10 Jul Market update and issue of equity
Market update and issue of equity
21 June 2013
Jubilee, the JSE listed and AIM quoted Mine-to-Metals specialist, is pleased to announce a further update on the proposed acquisition by Jubilee of Platinum Australia Limited (“PLA”) (the “Transaction”) as well as the disposal of its non-core Ferro Alloy smelters to Global Renewable Energy (“GRE”) (“Divestment”).
Jubilee has received an unconditional approval from the Competition Commission of South Africa to proceed with the Transaction.
The PLA shareholder meeting to approve the Transaction is scheduled to be held on Wednesday, 31 July 2013.
The sale of 65% of Jubilee’s holding in Jubilee Smelting and Refining (Pty) Ltd (“JSR”) and 40% of Jubilee’s holding in PowerAlt to GRE for a cash consideration of USD9.066 million is expected to be completed by 31 July 2013.
Jubilee has received a non-refundable deposit payment of USD200,000 from GRE, in cash in addition to a cash payment of USD33,495 covering the interest on the Disposal consideration due as part of the extended settlement of the sale agreement (“Extended Settlement”) as announced on 19 June 2013.
GRE has also settled creditors and addressed the Expansion Capital required for the Smelter complex as required under the Extended Settlement to the value of ZAR7.2 million (GBP0.48 million).
The Expansion Capital for the Smelter complex is for the upgrade of the smelter off-gas systems to commence with the production of Ferrosilicon at the smelter complex.
The above payments are additional to the total disposal consideration value of USD14 million – which includes an option to sell the remaining holdings in PowerAlt and JSR for USD4.933 million.
Leon Coetzer, CEO of Jubilee, said:
“This is clearly an exciting period for the Company with both transactions progressing well within a currently challenging platinum sector.
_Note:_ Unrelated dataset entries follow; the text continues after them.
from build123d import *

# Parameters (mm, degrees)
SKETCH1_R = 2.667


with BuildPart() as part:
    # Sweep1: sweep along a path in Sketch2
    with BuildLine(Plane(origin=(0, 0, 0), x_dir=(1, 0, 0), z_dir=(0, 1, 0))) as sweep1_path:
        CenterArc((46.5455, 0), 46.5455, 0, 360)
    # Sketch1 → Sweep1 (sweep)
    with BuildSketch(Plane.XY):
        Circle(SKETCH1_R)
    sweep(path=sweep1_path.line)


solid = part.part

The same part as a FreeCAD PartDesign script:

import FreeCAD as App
import Part
import Sketcher
Q = App.Units.Quantity

doc = App.newDocument("Part")
body = doc.addObject("PartDesign::Body", "Body")

# Sketch on XY plane
sketch1 = doc.addObject("Sketcher::SketchObject", "Sketch")
body.addObject(sketch1)
sketch1.AttachmentSupport = (doc.XY_Plane, [""])
sketch1.MapMode = "FlatFace"
sketch1.addGeometry(Part.Circle(App.Vector(0, 0, 0), App.Vector(0, 0, 1), 2.7), False)
sketch1.addConstraint(Sketcher.Constraint("Coincident", 0, 3, -1, 1))
sketch1.addConstraint(Sketcher.Constraint("Diameter", 0, Q("0.21 in")))

# Sketch on XZ plane
sketch2 = doc.addObject("Sketcher::SketchObject", "Sketch001")
body.addObject(sketch2)
sketch2.AttachmentSupport = (doc.XZ_Plane, [""])
sketch2.MapMode = "FlatFace"
sketch2.addGeometry(Part.Circle(App.Vector(47, 0, 0), App.Vector(0, 0, 1), 47), False)
sketch2.addConstraint(Sketcher.Constraint("PointOnObject", 0, 3, -1))
sketch2.addConstraint(Sketcher.Constraint("Diameter", 0, Q("3.665 in")))
sketch2.addConstraint(Sketcher.Constraint("DistanceX", -1, 1, 0, 3, Q("1.8325 in")))
doc.recompute()

additivepipe = doc.addObject("PartDesign::AdditivePipe", "AdditivePipe")
body.addObject(additivepipe)
additivepipe.Profile = sketch1
additivepipe.Spine = (sketch2, ["Edge1"])

doc.recompute()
We are continuing to progress with the reshaping of our operations by refining our focus while also moving towards the completion of the PLA acquisition – which will significantly enhance our scale and capabilities.”
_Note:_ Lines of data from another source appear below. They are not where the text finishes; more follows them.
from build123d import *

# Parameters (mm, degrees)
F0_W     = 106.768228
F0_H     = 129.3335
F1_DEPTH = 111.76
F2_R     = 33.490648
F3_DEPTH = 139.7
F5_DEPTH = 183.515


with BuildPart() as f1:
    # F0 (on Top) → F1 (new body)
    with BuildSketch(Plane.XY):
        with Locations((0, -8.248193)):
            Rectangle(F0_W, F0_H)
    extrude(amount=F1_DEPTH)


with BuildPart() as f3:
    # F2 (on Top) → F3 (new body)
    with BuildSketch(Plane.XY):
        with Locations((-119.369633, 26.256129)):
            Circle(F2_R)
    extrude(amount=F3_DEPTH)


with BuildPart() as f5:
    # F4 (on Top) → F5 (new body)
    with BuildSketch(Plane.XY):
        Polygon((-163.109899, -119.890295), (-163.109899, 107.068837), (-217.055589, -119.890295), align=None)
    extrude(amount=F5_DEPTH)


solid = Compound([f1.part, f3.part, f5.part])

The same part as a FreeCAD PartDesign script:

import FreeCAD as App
import Part
import Sketcher


def add_polygon(sketch, points):
    """Adds a closed chain of lines whose ends are joined by coincident constraints."""
    first, n = sketch.GeometryCount, len(points)
    for a, b in zip(points, points[1:] + points[:1]):
        sketch.addGeometry(Part.LineSegment(App.Vector(*a, 0), App.Vector(*b, 0)), False)
    for i in range(n):
        sketch.addConstraint(Sketcher.Constraint("Coincident", first + i, 2, first + (i + 1) % n, 1))

doc = App.newDocument("Part")
params = doc.addObject("Spreadsheet::Sheet", "Params")
for row, (alias, value) in enumerate([
    ("pad1_length", "4.4 in"),
    ("pad2_length", "5.5 in"),
    ("pad3_length", "7.225 in"),
], start=1):
    params.set(f"A{row}", alias)
    params.set(f"B{row}", "=" + value)
    params.setAlias(f"B{row}", alias)

body = doc.addObject("PartDesign::Body", "Body")

# Sketch on XY plane
sketch1 = body.newObject("Sketcher::SketchObject", "Sketch")
sketch1.AttachmentSupport = (doc.getObject("XY_Plane"), [""])
sketch1.MapMode = "FlatFace"
add_polygon(sketch1, [(-53, 56), (-53, -73), (53, -73), (53, 56)])  # lines 0-3
sketch1.addConstraint([
    Sketcher.Constraint("Vertical", 0),
    Sketcher.Constraint("Horizontal", 1),
    Sketcher.Constraint("Vertical", 2),
    Sketcher.Constraint("Horizontal", 3),
    Sketcher.Constraint("DistanceY", 0, 2, 0, 1, 129.3335),
    Sketcher.Constraint("DistanceX", 1, 1, 1, 2, 106.768228),
    Sketcher.Constraint("DistanceX", 0, 2, -1, 1, 53.384114),
    Sketcher.Constraint("DistanceY", 0, 2, -1, 1, 72.914943),
])
pad1 = body.newObject("PartDesign::Pad", "Pad")
pad1.Profile = sketch1
pad1.setExpression("Length", "Params.pad1_length")
body2 = doc.addObject("PartDesign::Body", "Body001")

# Sketch on XY plane
sketch2 = body2.newObject("Sketcher::SketchObject", "Sketch001")
sketch2.AttachmentSupport = (doc.getObject("XY_Plane001"), [""])
sketch2.MapMode = "FlatFace"
sketch2.addGeometry(Part.Circle(App.Vector(-119, 26, 0), App.Vector(0, 0, 1), 33), False)
sketch2.addConstraint([
    Sketcher.Constraint("Diameter", 0, 66.981296),
    Sketcher.Constraint("DistanceY", -1, 1, 0, 3, 26.256129),
    Sketcher.Constraint("DistanceX", 0, 3, -1, 1, 119.369633),
])
pad2 = body2.newObject("PartDesign::Pad", "Pad001")
pad2.Profile = sketch2
pad2.setExpression("Length", "Params.pad2_length")
body3 = doc.addObject("PartDesign::Body", "Body002")

# Sketch on XY plane
sketch3 = body3.newObject("Sketcher::SketchObject", "Sketch002")
sketch3.AttachmentSupport = (doc.getObject("XY_Plane002"), [""])
sketch3.MapMode = "FlatFace"
add_polygon(sketch3, [(-163, -120), (-163, 107), (-217, -120)])  # lines 0-2
sketch3.addConstraint([
    Sketcher.Constraint("Vertical", 0),
    Sketcher.Constraint("Horizontal", 2),
    Sketcher.Constraint("Distance", 1, 233.2822),
    Sketcher.Constraint("DistanceX", 2, 1, 2, 2, 53.94569),
    Sketcher.Constraint("DistanceX", 0, 2, -1, 1, 163.109899),
    Sketcher.Constraint("DistanceY", -1, 1, 0, 2, 107.068837),
])
pad3 = body3.newObject("PartDesign::Pad", "Pad002")
pad3.Profile = sketch3
pad3.setExpression("Length", "Params.pad3_length")

doc.recompute()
GRE is a newly formed investment holding company, whose shareholdings includes significant stakes in Harrison & White Investments (Pty) Limited (“H&W”), TBL, Moya Eco Power (Pty) Ltd, and will include PowerAlt and JSR assuming the Transaction completes as expected. GRE has a further indirect holding in PowerAlt due to the fact that H&W also holds a 30% stake in the power company. Jubilee retains a 35% interest in JSR and a 30% interest in PowerAlt after the Disposal and has a put option in place to sell its remaining share capital in the companies.
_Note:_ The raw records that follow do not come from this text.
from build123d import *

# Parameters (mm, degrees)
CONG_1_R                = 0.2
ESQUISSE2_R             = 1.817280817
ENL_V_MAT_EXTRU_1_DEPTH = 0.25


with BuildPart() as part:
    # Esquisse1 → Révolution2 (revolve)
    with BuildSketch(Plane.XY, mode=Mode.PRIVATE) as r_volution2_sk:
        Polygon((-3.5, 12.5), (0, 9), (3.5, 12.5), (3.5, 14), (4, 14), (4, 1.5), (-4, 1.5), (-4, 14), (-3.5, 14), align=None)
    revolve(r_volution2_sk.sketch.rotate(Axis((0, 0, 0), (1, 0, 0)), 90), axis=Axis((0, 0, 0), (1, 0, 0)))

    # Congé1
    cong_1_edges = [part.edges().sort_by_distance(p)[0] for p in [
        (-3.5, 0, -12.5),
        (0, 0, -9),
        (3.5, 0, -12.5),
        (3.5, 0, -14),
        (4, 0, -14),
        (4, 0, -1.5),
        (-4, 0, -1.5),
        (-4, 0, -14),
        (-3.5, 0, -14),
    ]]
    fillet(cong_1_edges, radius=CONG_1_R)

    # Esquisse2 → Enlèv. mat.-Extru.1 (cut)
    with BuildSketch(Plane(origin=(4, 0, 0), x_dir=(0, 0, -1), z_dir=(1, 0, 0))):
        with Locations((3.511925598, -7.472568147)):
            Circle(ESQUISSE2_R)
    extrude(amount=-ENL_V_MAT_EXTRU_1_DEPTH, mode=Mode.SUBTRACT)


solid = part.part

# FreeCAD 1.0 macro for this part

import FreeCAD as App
import Part
import Sketcher
Q = App.Units.Quantity


def edges_at(feature, points):
    """Names of the edges that pass closest to the given points."""
    edges = feature.Shape.Edges
    near = lambda p: min(range(len(edges)), key=lambda i: edges[i].distToShape(Part.Vertex(*p))[0])
    return sorted({f"Edge{near(p) + 1}" for p in points})


def add_polygon(sketch, points):
    """Adds a closed chain of lines whose ends are joined by coincident constraints."""
    first, n = sketch.GeometryCount, len(points)
    for a, b in zip(points, points[1:] + points[:1]):
        sketch.addGeometry(Part.LineSegment(App.Vector(*a, 0), App.Vector(*b, 0)), False)
    for i in range(n):
        sketch.addConstraint(Sketcher.Constraint("Coincident", first + i, 2, first + (i + 1) % n, 1))

doc = App.newDocument("Part")
params = doc.addObject("Spreadsheet::Sheet", "Params")
for row, (alias, value) in enumerate([
    ("sketch1_width", "8 mm"),
    ("sketch1_width2", "0.5 mm"),
    ("sketch1_height", "1.5 mm"),
    ("sketch1_height2", "12.5 mm"),
    ("revolution_angle", "360 deg"),
    ("fillet_radius", "0.2 mm"),
    ("pocket1_length", "0.25 mm"),
], start=1):
    params.set(f"A{row}", alias)
    params.set(f"B{row}", "=" + value)
    params.setAlias(f"B{row}", alias)

body = doc.addObject("PartDesign::Body", "Body")

# Sketch on XY plane
sketch1 = body.newObject("Sketcher::SketchObject", "Sketch")
sketch1.AttachmentSupport = (doc.getObject("XY_Plane"), [""])
sketch1.MapMode = "FlatFace"
add_polygon(sketch1, [(0, 9), (-3.5, 12.5), (-3.5, 14), (-4, 14), (-4, 1.5), (4, 1.5), (4, 14), (3.5, 14), (3.5, 12.5)])  # lines 0-8
sketch1.addConstraint([
    Sketcher.Constraint("Vertical", 1),
    Sketcher.Constraint("Horizontal", 2),
    Sketcher.Constraint("Vertical", 3),
    Sketcher.Constraint("Horizontal", 4),
    Sketcher.Constraint("Vertical", 5),
    Sketcher.Constraint("Horizontal", 6),
    Sketcher.Constraint("Vertical", 7),
    Sketcher.Constraint("Symmetric", 2, 2, 5, 2, -2),
    Sketcher.Constraint("Symmetric", 0, 2, 7, 2, -2),
    Sketcher.Constraint("PointOnObject", 8, 2, -2),
    Sketcher.Constraint("Perpendicular", 0, 8),
    Sketcher.Constraint("DistanceX", 4, 1, 4, 2, Q("8 mm")),
    Sketcher.Constraint("DistanceX", 2, 2, 2, 1, Q("0.5 mm")),
    Sketcher.Constraint("DistanceY", 1, 1, 1, 2, Q("1.5 mm")),
    Sketcher.Constraint("DistanceY", 3, 2, 3, 1, Q("12.5 mm")),
    Sketcher.Constraint("DistanceY", -1, 1, 1, 2, Q("14 mm")),
])
sketch1.setExpression("Constraints[20]", "Params.sketch1_width")
sketch1.setExpression("Constraints[21]", "Params.sketch1_width2")
sketch1.setExpression("Constraints[22]", "Params.sketch1_height")
sketch1.setExpression("Constraints[23]", "Params.sketch1_height2")
revolution = body.newObject("PartDesign::Revolution", "Revolution")
revolution.Profile = sketch1
revolution.ReferenceAxis = (sketch1, ["H_Axis"])
revolution.setExpression("Angle", "Params.revolution_angle")
doc.recompute()

fillet = body.newObject("PartDesign::Fillet", "Fillet")
fillet.Base = (revolution, edges_at(revolution, [
    (-3.5, 0, -12.5),
    (0, 0, -9),
    (3.5, 0, -12.5),
    (3.5, 0, -14),
    (4, 0, -14),
    (4, 0, -1.5),
    (-4, 0, -1.5),
    (-4, 0, -14),
    (-3.5, 0, -14),
]))
fillet.setExpression("Radius", "Params.fillet_radius")

# Sketch on YZ plane
sketch2 = body.newObject("Sketcher::SketchObject", "Sketch001")
sketch2.AttachmentSupport = (doc.getObject("YZ_Plane"), [""])
sketch2.MapMode = "FlatFace"
sketch2.AttachmentOffset = App.Placement(App.Vector(0, 0, 4), App.Rotation())
sketch2.addGeometry(Part.Circle(App.Vector(-7.472568, -3.511926, 0), App.Vector(0, 0, 1), 1.817281), False)
sketch2.addConstraint([
    Sketcher.Constraint("Diameter", 0, Q("3.634562 mm")),
    Sketcher.Constraint("DistanceX", 0, 3, -1, 1, Q("7.472568 mm")),
    Sketcher.Constraint("DistanceY", 0, 3, -1, 1, Q("3.511926 mm")),
])
pocket1 = body.newObject("PartDesign::Pocket", "Pocket")
pocket1.Profile = sketch2
pocket1.setExpression("Length", "Params.pocket1_length")

doc.recompute()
GRE is providing equity finance to help fund a USD15 billion cross border wind turbine power generation project between South African and Lesotho.
The Lesotho Highlands Power Project (LHPP) will generate 6,000 megawatts of wind power and 4,000 megawatts of pump storage – equivalent to nearly one-tenth of South Africa’s total current energy supply.
The project includes the local manufacturing of components for the wind turbines. JSR at the Middelburg Smelting complex has been targeted by GRE for the smelting and manufacturing of the components.
Shareholders are referred to announcements dated 28 May, 3 June and 19 June 2013 in relation to the Sale of Shares agreement (“Agreement”) with GRE, in terms of which GRE has agreed to acquire the issued share capital of JSR, a wholly owned subsidiary of Jubilee and the 70% of the issued share capital of Power Alt (Pty) Ltd (“PowerAlt”) owned by Jubilee for an aggregate cash consideration of USD14 million.
The Divestment may be executed over two tranches, namely a disposal which includes the sale of 65% of the issued share capital of JSR and 40% of the issued share capital of PowerAlt for a cash consideration of USD9.066 million and an option whereby Jubilee retains an exclusive put option to sell the remaining share capital held by the Company in JSR and PowerAlt for a cash consideration of USD4.933 million.
Issue of Equity
Jubilee is also issuing 1,192,191 ordinary shares of 1 pence each to YA Global Master SPV, Ltd (“YA”) pursuant to a SEDA advance notice dated 3 July 2013 for an amount of GBP70,163. It is expected that these shares will be listed on the JSE and admitted to trading on AIM on or about 16 July 2013.
The total issued share capital of the Company will be 356,335,215 following the issue of equity. The Company holds no ordinary shares in treasury.